Non sempre è giusto cedere al fascinoso
(e compassionevole) luogo comune secon­do il quale chi muore giovane è caro agli
dèi, perché «così come il carattere guida
l’invecchiamento, l’invecchiamento disve­
la il carattere» . l. a. senilità, quindi, non è
u accidente, né una dannazion e o l’abo ­
minio di una medicina devota alla longe­
vità, ma l. a. condizione natura le e necessa­
ria affinché il carattere si confermi e si
compia. Com e il daimon - il codice dell’ani­
ma- presiede alla rappresentazione di noi
nell’età giovane, così il carattere delinea
l’immagine di noi nell’età senile, vale a
dire «ciò che resta dopo che ce ne siamo
andati» . Ma se il carattere sopravvive according to
imm agini, invecchiare non è un mero seasoned ­
cesso fisiologico: è una forma d ’arte, e so­
lo coltivandola potremo fare della nostra
vecchiaia una « struttura estetica» possente
e memorabile, e incarnare il ruolo archeti­
pico dell’avo, custode oculato della me­
moria e difensore non bigotto della tradi­
zione — ovvero il compito cui siam o chia­
mati in tarda età.
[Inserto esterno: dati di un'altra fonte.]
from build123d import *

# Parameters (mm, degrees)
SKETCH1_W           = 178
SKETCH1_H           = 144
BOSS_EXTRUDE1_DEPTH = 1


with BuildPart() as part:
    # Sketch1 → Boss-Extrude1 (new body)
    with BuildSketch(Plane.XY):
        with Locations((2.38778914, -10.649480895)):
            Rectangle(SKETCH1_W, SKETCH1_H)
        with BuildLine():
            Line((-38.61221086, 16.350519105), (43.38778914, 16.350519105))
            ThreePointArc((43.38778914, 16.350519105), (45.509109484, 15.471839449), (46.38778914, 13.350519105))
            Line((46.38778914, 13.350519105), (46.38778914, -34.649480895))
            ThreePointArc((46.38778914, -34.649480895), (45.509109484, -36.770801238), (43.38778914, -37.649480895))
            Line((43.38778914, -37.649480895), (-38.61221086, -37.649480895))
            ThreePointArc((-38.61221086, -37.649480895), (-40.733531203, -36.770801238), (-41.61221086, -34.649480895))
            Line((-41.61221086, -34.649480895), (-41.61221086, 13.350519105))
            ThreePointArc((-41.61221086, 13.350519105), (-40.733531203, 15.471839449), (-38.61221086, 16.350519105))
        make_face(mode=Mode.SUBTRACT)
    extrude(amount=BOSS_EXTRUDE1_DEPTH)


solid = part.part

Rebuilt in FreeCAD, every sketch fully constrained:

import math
import FreeCAD as App
import Part
import Sketcher
from FreeCAD import Vector

doc = App.newDocument("Part")
params = doc.addObject("Spreadsheet::Sheet", "Params")
for row, (alias, value) in enumerate([
    ("sketch1_radius", "3 mm"),
    ("sketch1_width", "178 mm"),
    ("sketch1_width2", "82 mm"),
    ("sketch1_height", "144 mm"),
    ("sketch1_height2", "48 mm"),
    ("pad1_length", "1 mm"),
], start=1):
    params.set(f"A{row}", alias)
    params.set(f"B{row}", "=" + value)
    params.setAlias(f"B{row}", alias)

body = doc.addObject("PartDesign::Body", "Body")

# Sketch on XY plane
sketch1 = body.newObject("Sketcher::SketchObject", "Sketch")
sketch1.AttachmentSupport = (doc.getObject("XY_Plane"), [""])
sketch1.MapMode = "FlatFace"
sketch1.addGeometry([
    Part.LineSegment(Vector(-86.6, 61.4, 0), Vector(-86.6, -82.6, 0)),  # 0
    Part.LineSegment(Vector(-86.6, -82.6, 0), Vector(91.4, -82.6, 0)),  # 1
    Part.LineSegment(Vector(91.4, -82.6, 0), Vector(91.4, 61.4, 0)),  # 2
    Part.LineSegment(Vector(91.4, 61.4, 0), Vector(-86.6, 61.4, 0)),  # 3
    Part.ArcOfCircle(Part.Circle(Vector(-38.6, 13.4, 0), Vector(0, 0, 1), 3), math.radians(90), math.radians(180)),  # 4
    Part.LineSegment(Vector(-38.6, 16.4, 0), Vector(43.4, 16.4, 0)),  # 5
    Part.ArcOfCircle(Part.Circle(Vector(43.4, 13.4, 0), Vector(0, 0, 1), 3), math.radians(0), math.radians(90)),  # 6
    Part.LineSegment(Vector(46.4, 13.4, 0), Vector(46.4, -34.6, 0)),  # 7
    Part.ArcOfCircle(Part.Circle(Vector(43.4, -34.6, 0), Vector(0, 0, 1), 3), math.radians(-90), math.radians(0)),  # 8
    Part.LineSegment(Vector(43.4, -37.6, 0), Vector(-38.6, -37.6, 0)),  # 9
    Part.ArcOfCircle(Part.Circle(Vector(-38.6, -34.6, 0), Vector(0, 0, 1), 3), math.radians(-180), math.radians(-90)),  # 10
    Part.LineSegment(Vector(-41.6, -34.6, 0), Vector(-41.6, 13.4, 0)),  # 11
], False)
sketch1.addConstraint([
    Sketcher.Constraint("Coincident", 0, 2, 1, 1),
    Sketcher.Constraint("Coincident", 1, 2, 2, 1),
    Sketcher.Constraint("Coincident", 2, 2, 3, 1),
    Sketcher.Constraint("Coincident", 3, 2, 0, 1),
    Sketcher.Constraint("Tangent", 4, 1, 5, 1),
    Sketcher.Constraint("Tangent", 5, 2, 6, 2),
    Sketcher.Constraint("Tangent", 6, 1, 7, 1),
    Sketcher.Constraint("Tangent", 7, 2, 8, 2),
    Sketcher.Constraint("Tangent", 8, 1, 9, 1),
    Sketcher.Constraint("Tangent", 9, 2, 10, 2),
    Sketcher.Constraint("Tangent", 10, 1, 11, 1),
    Sketcher.Constraint("Tangent", 11, 2, 4, 2),
    Sketcher.Constraint("Vertical", 0),
    Sketcher.Constraint("Horizontal", 1),
    Sketcher.Constraint("Vertical", 2),
    Sketcher.Constraint("Horizontal", 3),
    Sketcher.Constraint("Horizontal", 5),
    Sketcher.Constraint("Vertical", 7),
    Sketcher.Constraint("Horizontal", 9),
    Sketcher.Constraint("Vertical", 11),
    Sketcher.Constraint("Equal", 4, 6),
    Sketcher.Constraint("Equal", 6, 8),
    Sketcher.Constraint("Equal", 8, 10),
    Sketcher.Constraint("Radius", 4, 3.0),
    Sketcher.Constraint("DistanceX", 1, 1, 1, 2, 178.0),
    Sketcher.Constraint("DistanceX", 5, 1, 5, 2, 82.0),
    Sketcher.Constraint("DistanceY", 0, 2, 0, 1, 144.0),
    Sketcher.Constraint("DistanceY", 7, 2, 7, 1, 48.0),
    Sketcher.Constraint("DistanceX", 0, 2, 10, 3, 48.0),
    Sketcher.Constraint("DistanceY", 0, 2, 10, 3, 48.0),
    Sketcher.Constraint("DistanceX", 4, 3, -1, 1, 38.612211),
    Sketcher.Constraint("DistanceY", -1, 1, 4, 3, 13.350519),
])
sketch1.setExpression("Constraints[23]", "Params.sketch1_radius")
sketch1.setExpression("Constraints[24]", "Params.sketch1_width")
sketch1.setExpression("Constraints[25]", "Params.sketch1_width2")
sketch1.setExpression("Constraints[26]", "Params.sketch1_height")
sketch1.setExpression("Constraints[27]", "Params.sketch1_height2")
pad1 = body.newObject("PartDesign::Pad", "Pad")
pad1.Profile = sketch1
pad1.setExpression("Length", "Params.pad1_length")

doc.recompute()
E non sarà secondaria,
nell’adempimento di story compito , los angeles for­
za di impatto del nostro volto, che dal ca­
rattere è stato plasmato e del carattere è
l’immagine più rivelatrice. Come viatico
al seducente percorso cui Hillman ci invi­
ta in questo saggio, ci si potrebb e allora
servire di un passo di Borges: «Un uomo si
propone il compito di disegnare il mon ­
do. Trascorrendo gli anni, popola uno spa­
zio con immagini di province, di regni, di
montagne, di baie, di navi, d ’isole, di pe ­
sci, di dimore, di strumenti, di astri, di ca­
valli e di p ersone. Poco prima di morire,
scopre che quel paziente labirinto di linee
traccia l’mmagine del suo volto».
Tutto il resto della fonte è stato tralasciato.